Michael Davies (1936-2004), who attributes part of the conciliar disaster to a false papal obedience, reminds us that Cardinal Manning said: “Infallibility is not a quality inherent in any person, but an assistance attached to an office” (in Pope John’s Council, Augustine Publishing Company, Chawleigh, Chulmleigh [Devon] 1977, p. 175).
The First Vatican Council doesn’t teach that the charism of infallibility is always present in the Vicar of Christ, but simply that it is not absent in the exercise of his office in its supreme form, that is, when the Sovereign Pontiff teaches as universal Shepherd, ex cathedra, in matters of faith and morals (Pope John’s Council, pp. 175-176). Michael Davies himself can be considered an ultramontane traditionalist, like all those who resisted Vatican II and the Novus Ordo with respect and love for the papacy. This is the position I uphold in my book Love for the Papacy and Filial Resistance to the Pope in the History of Church (Angelico Press, New York, 2019).

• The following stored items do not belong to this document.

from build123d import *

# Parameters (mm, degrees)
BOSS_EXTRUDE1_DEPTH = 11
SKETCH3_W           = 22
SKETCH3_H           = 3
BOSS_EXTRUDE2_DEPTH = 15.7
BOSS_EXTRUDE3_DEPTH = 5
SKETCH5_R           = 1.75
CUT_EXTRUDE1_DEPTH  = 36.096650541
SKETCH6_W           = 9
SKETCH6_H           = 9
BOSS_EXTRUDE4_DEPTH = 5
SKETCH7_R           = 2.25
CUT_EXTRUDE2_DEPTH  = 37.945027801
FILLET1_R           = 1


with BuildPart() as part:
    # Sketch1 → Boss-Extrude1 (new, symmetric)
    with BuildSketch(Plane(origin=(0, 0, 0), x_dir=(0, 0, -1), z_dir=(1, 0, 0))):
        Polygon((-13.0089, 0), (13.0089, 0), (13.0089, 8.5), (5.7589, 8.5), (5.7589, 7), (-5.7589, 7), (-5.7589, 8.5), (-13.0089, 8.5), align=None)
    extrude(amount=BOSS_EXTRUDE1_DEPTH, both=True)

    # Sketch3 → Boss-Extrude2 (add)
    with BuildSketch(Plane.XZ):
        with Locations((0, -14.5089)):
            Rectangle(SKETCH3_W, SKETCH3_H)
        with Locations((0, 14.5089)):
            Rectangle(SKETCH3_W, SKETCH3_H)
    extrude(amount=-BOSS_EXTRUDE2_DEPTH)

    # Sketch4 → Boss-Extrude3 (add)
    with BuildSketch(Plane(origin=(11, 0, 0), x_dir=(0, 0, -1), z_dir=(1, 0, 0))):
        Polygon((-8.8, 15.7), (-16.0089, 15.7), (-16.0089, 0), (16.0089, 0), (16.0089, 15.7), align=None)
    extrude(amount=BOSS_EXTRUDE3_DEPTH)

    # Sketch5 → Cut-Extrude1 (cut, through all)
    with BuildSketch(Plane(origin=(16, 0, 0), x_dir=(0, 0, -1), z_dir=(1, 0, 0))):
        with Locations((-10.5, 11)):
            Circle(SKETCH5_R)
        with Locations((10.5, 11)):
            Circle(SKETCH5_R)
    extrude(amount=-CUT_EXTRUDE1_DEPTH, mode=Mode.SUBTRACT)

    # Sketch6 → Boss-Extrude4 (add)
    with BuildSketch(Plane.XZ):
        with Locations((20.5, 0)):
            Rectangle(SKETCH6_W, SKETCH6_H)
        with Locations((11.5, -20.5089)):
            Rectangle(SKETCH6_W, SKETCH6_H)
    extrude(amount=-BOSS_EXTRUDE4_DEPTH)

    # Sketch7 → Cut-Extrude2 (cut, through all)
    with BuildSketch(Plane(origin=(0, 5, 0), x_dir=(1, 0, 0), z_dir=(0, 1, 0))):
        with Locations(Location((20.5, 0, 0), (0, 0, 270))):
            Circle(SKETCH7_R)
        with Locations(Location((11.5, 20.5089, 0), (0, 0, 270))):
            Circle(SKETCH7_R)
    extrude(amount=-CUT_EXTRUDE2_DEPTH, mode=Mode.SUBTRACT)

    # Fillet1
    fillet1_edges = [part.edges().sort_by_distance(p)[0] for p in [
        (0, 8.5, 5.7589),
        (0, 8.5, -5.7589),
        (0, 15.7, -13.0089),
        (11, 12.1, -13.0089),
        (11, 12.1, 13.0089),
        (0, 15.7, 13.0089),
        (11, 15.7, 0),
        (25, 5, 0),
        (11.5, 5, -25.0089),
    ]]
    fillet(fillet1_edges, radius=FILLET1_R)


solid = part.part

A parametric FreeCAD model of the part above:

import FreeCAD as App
import Part
import Sketcher

V = App.Vector


def edges_at(feature, points):
    """Names of the edges that pass closest to the given points."""
    edges = feature.Shape.Edges
    near = lambda p: min(range(len(edges)), key=lambda i: edges[i].distToShape(Part.Vertex(*p))[0])
    return sorted({f"Edge{near(p) + 1}" for p in points})

doc = App.newDocument("Part")
body = doc.addObject("PartDesign::Body", "Body")

sketch1 = body.newObject("Sketcher::SketchObject", "Sketch")
sketch1.AttachmentSupport = (doc.getObject("YZ_Plane"), [""])
sketch1.MapMode = "FlatFace"
sketch1.addGeometry([
    Part.LineSegment(V(0, 13, 0), V(0, -13, 0)),
    Part.LineSegment(V(0, -13, 0), V(8.5, -13, 0)),
    Part.LineSegment(V(8.5, -13, 0), V(8.5, -5.8, 0)),
    Part.LineSegment(V(8.5, -5.8, 0), V(7, -5.8, 0)),
    Part.LineSegment(V(7, -5.8, 0), V(7, 5.8, 0)),
    Part.LineSegment(V(7, 5.8, 0), V(8.5, 5.8, 0)),
    Part.LineSegment(V(8.5, 5.8, 0), V(8.5, 13, 0)),
    Part.LineSegment(V(8.5, 13, 0), V(0, 13, 0)),
], False)
sketch1.addConstraint([
    Sketcher.Constraint("Coincident", 0, 2, 1, 1),
    Sketcher.Constraint("Coincident", 1, 2, 2, 1),
    Sketcher.Constraint("Coincident", 2, 2, 3, 1),
    Sketcher.Constraint("Coincident", 3, 2, 4, 1),
    Sketcher.Constraint("Coincident", 4, 2, 5, 1),
    Sketcher.Constraint("Coincident", 5, 2, 6, 1),
    Sketcher.Constraint("Coincident", 6, 2, 7, 1),
    Sketcher.Constraint("Coincident", 7, 2, 0, 1),
    Sketcher.Constraint("Vertical", 0),
    Sketcher.Constraint("Horizontal", 1),
    Sketcher.Constraint("Vertical", 2),
    Sketcher.Constraint("Horizontal", 3),
    Sketcher.Constraint("Vertical", 4),
    Sketcher.Constraint("Horizontal", 5),
    Sketcher.Constraint("Vertical", 6),
    Sketcher.Constraint("Horizontal", 7),
    Sketcher.Constraint("Symmetric", 0, 2, 7, 2, -1, 1),
    Sketcher.Constraint("Symmetric", 2, 2, 5, 2, -1),
    Sketcher.Constraint("DistanceX", 1, 1, 1, 2, 8.5),
    Sketcher.Constraint("DistanceX", 3, 2, 3, 1, 1.5),
    Sketcher.Constraint("DistanceY", 2, 1, 2, 2, 7.25),
    Sketcher.Constraint("DistanceY", 0, 2, 0, 1, 26.0178),
])
pad1 = body.newObject("PartDesign::Pad", "Pad")
pad1.Profile = sketch1
pad1.Length = 22
pad1.Midplane = True

sketch2 = body.newObject("Sketcher::SketchObject", "Sketch001")
sketch2.AttachmentSupport = (doc.getObject("XZ_Plane"), [""])
sketch2.MapMode = "FlatFace"
sketch2.addGeometry([
    Part.LineSegment(V(-11, -13, 0), V(-11, -16, 0)),
    Part.LineSegment(V(-11, -16, 0), V(11, -16, 0)),
    Part.LineSegment(V(11, -16, 0), V(11, -13, 0)),
    Part.LineSegment(V(11, -13, 0), V(-11, -13, 0)),
    Part.LineSegment(V(-11, 16, 0), V(-11, 13, 0)),
    Part.LineSegment(V(-11, 13, 0), V(11, 13, 0)),
    Part.LineSegment(V(11, 13, 0), V(11, 16, 0)),
    Part.LineSegment(V(11, 16, 0), V(-11, 16, 0)),
], False)
sketch2.addConstraint([
    Sketcher.Constraint("Coincident", 0, 2, 1, 1),
    Sketcher.Constraint("Coincident", 1, 2, 2, 1),
    Sketcher.Constraint("Coincident", 2, 2, 3, 1),
    Sketcher.Constraint("Coincident", 3, 2, 0, 1),
    Sketcher.Constraint("Coincident", 4, 2, 5, 1),
    Sketcher.Constraint("Coincident", 5, 2, 6, 1),
    Sketcher.Constraint("Coincident", 6, 2, 7, 1),
    Sketcher.Constraint("Coincident", 7, 2, 4, 1),
    Sketcher.Constraint("Vertical", 0),
    Sketcher.Constraint("Horizontal", 1),
    Sketcher.Constraint("Vertical", 2),
    Sketcher.Constraint("Horizontal", 3),
    Sketcher.Constraint("Vertical", 4),
    Sketcher.Constraint("Horizontal", 5),
    Sketcher.Constraint("Vertical", 6),
    Sketcher.Constraint("Horizontal", 7),
    Sketcher.Constraint("Symmetric", 2, 2, 4, 2, -1, 1),
    Sketcher.Constraint("Symmetric", 0, 2, 6, 2, -1, 1),
    Sketcher.Constraint("Vertical", 3, 2, 4, 2),
    Sketcher.Constraint("DistanceX", 1, 1, 1, 2, 22.0),
    Sketcher.Constraint("DistanceY", 0, 2, 0, 1, 3.0),
    Sketcher.Constraint("DistanceY", 0, 2, -1, 1, 16.0089),
])
pad2 = body.newObject("PartDesign::Pad", "Pad001")
pad2.Profile = sketch2
pad2.Length = 15.7
pad2.Reversed = True

sketch3 = body.newObject("Sketcher::SketchObject", "Sketch002")
sketch3.AttachmentSupport = (doc.getObject("YZ_Plane"), [""])
sketch3.MapMode = "FlatFace"
sketch3.AttachmentOffset = App.Placement(V(0, 0, 11), App.Rotation())
sketch3.addGeometry([
    Part.LineSegment(V(16, 16, 0), V(0, 16, 0)),
    Part.LineSegment(V(0, 16, 0), V(0, -16, 0)),
    Part.LineSegment(V(0, -16, 0), V(16, -16, 0)),
    Part.LineSegment(V(16, -16, 0), V(16, 16, 0)),
], False)
sketch3.addConstraint([
    Sketcher.Constraint("Coincident", 0, 2, 1, 1),
    Sketcher.Constraint("Coincident", 1, 2, 2, 1),
    Sketcher.Constraint("Coincident", 2, 2, 3, 1),
    Sketcher.Constraint("Coincident", 3, 2, 0, 1),
    Sketcher.Constraint("Horizontal", 0),
    Sketcher.Constraint("Vertical", 1),
    Sketcher.Constraint("Horizontal", 2),
    Sketcher.Constraint("Vertical", 3),
    Sketcher.Constraint("Symmetric", 0, 2, 1, 2, -1, 1),
    Sketcher.Constraint("DistanceX", 0, 2, 0, 1, 15.7),
    Sketcher.Constraint("DistanceY", 1, 2, 1, 1, 32.0178),
])
pad3 = body.newObject("PartDesign::Pad", "Pad002")
pad3.Profile = sketch3
pad3.Length = 5

sketch4 = body.newObject("Sketcher::SketchObject", "Sketch003")
sketch4.AttachmentSupport = (doc.getObject("YZ_Plane"), [""])
sketch4.MapMode = "FlatFace"
sketch4.AttachmentOffset = App.Placement(V(0, 0, 16), App.Rotation())
sketch4.addGeometry([
    Part.Circle(V(11, 10.5, 0), V(0, 0, 1), 1.8),
    Part.Circle(V(11, -10.5, 0), V(0, 0, 1), 1.8),
], False)
sketch4.addConstraint([
    Sketcher.Constraint("Equal", 0, 1),
    Sketcher.Constraint("Symmetric", 0, 3, 1, 3, -1),
    Sketcher.Constraint("Diameter", 0, 3.5),
    Sketcher.Constraint("DistanceX", -1, 1, 0, 3, 11.0),
    Sketcher.Constraint("DistanceY", 1, 3, 0, 3, 21.0),
])
pocket1 = body.newObject("PartDesign::Pocket", "Pocket")
pocket1.Profile = sketch4
pocket1.Type = "ThroughAll"

sketch5 = body.newObject("Sketcher::SketchObject", "Sketch004")
sketch5.AttachmentSupport = (doc.getObject("XZ_Plane"), [""])
sketch5.MapMode = "FlatFace"
sketch5.addGeometry([
    Part.LineSegment(V(16, 4, 0), V(16, -4, 0)),
    Part.LineSegment(V(16, -4, 0), V(25, -4, 0)),
    Part.LineSegment(V(25, -4, 0), V(25, 4, 0)),
    Part.LineSegment(V(25, 4, 0), V(16, 4, 0)),
    Part.LineSegment(V(7, -16, 0), V(7, -25, 0)),
    Part.LineSegment(V(7, -25, 0), V(16, -25, 0)),
    Part.LineSegment(V(16, -25, 0), V(16, -16, 0)),
    Part.LineSegment(V(16, -16, 0), V(7, -16, 0)),
], False)
sketch5.addConstraint([
    Sketcher.Constraint("Coincident", 0, 2, 1, 1),
    Sketcher.Constraint("Coincident", 1, 2, 2, 1),
    Sketcher.Constraint("Coincident", 2, 2, 3, 1),
    Sketcher.Constraint("Coincident", 3, 2, 0, 1),
    Sketcher.Constraint("Coincident", 4, 2, 5, 1),
    Sketcher.Constraint("Coincident", 5, 2, 6, 1),
    Sketcher.Constraint("Coincident", 6, 2, 7, 1),
    Sketcher.Constraint("Coincident", 7, 2, 4, 1),
    Sketcher.Constraint("Vertical", 0),
    Sketcher.Constraint("Horizontal", 1),
    Sketcher.Constraint("Vertical", 2),
    Sketcher.Constraint("Horizontal", 3),
    Sketcher.Constraint("Vertical", 4),
    Sketcher.Constraint("Horizontal", 5),
    Sketcher.Constraint("Vertical", 6),
    Sketcher.Constraint("Horizontal", 7),
    Sketcher.Constraint("Vertical", 3, 2, 5, 2),
    Sketcher.Constraint("Equal", 3, 5),
    Sketcher.Constraint("Equal", 7, 0),
    Sketcher.Constraint("Equal", 2, 4),
    Sketcher.Constraint("DistanceX", 1, 1, 1, 2, 9.0),
    Sketcher.Constraint("DistanceX", -1, 1, 0, 2, 16.0),
    Sketcher.Constraint("DistanceY", 0, 2, -1, 1, 4.5),
    Sketcher.Constraint("DistanceY", 4, 2, -1, 1, 25.0089),
])
pad4 = body.newObject("PartDesign::Pad", "Pad003")
pad4.Profile = sketch5
pad4.Length = 5
pad4.Reversed = True

sketch6 = body.newObject("Sketcher::SketchObject", "Sketch005")
sketch6.AttachmentSupport = (doc.getObject("XZ_Plane"), [""])
sketch6.MapMode = "FlatFace"
sketch6.AttachmentOffset = App.Placement(V(0, 0, -5), App.Rotation())
sketch6.addGeometry([
    Part.Circle(V(20.5, 0, 0), V(0, 0, 1), 2.2),
    Part.Circle(V(11.5, -20.5, 0), V(0, 0, 1), 2.2),
], False)
sketch6.addConstraint([
    Sketcher.Constraint("Equal", 0, 1),
    Sketcher.Constraint("PointOnObject", 0, 3, -1),
    Sketcher.Constraint("Diameter", 0, 4.5),
    Sketcher.Constraint("DistanceX", 1, 3, 0, 3, 9.0),
    Sketcher.Constraint("DistanceX", -1, 1, 0, 3, 20.5),
    Sketcher.Constraint("DistanceY", 1, 3, -1, 1, 20.5089),
])
pocket2 = body.newObject("PartDesign::Pocket", "Pocket001")
pocket2.Profile = sketch6
pocket2.Type = "ThroughAll"
pocket2.Reversed = True
doc.recompute()

fillet = body.newObject("PartDesign::Fillet", "Fillet")
fillet.Base = (pocket2, edges_at(pocket2, [
    (0, 8.5, 5.759),
    (0, 8.5, -5.759),
    (0, 15.7, -13.009),
    (11, 12.1, -13.009),
    (11, 12.1, 13.009),
    (0, 15.7, 13.009),
    (11, 15.7, 0),
    (25, 5, 0),
    (11.5, 5, -25.009),
]))
fillet.Radius = 1

doc.recompute()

In 1875, in their opposition to Chancellor Bismarck, the German bishops declared that the Magisterium of the pope and bishops “is restricted to the contents of the infallible Magisterium of the Church in general, and it is restricted to the contents of the Holy Scripture and tradition” (Denz-H 3116). Pope Pius IX gave his full support to this declaration with his letter Mirabilis illa constantia to the bishops of Germany on March 4, 1875 (Denz-H 3117). I agree entirely with this ultramontane statement which can constitute the basis of a respectful resistance to the unjust decisions of the Holy See.
“Papolatry” and “Magisterialism” were born after the Second Vatican Council: an extreme cult of the person of the Pope that developed in parallel to the humiliation of the Papacy. This has nothing to do with ultramontanism.
I hope I have explained why I am proud to be an ultramontane and why I am worried about the criticisms of ultramontanism.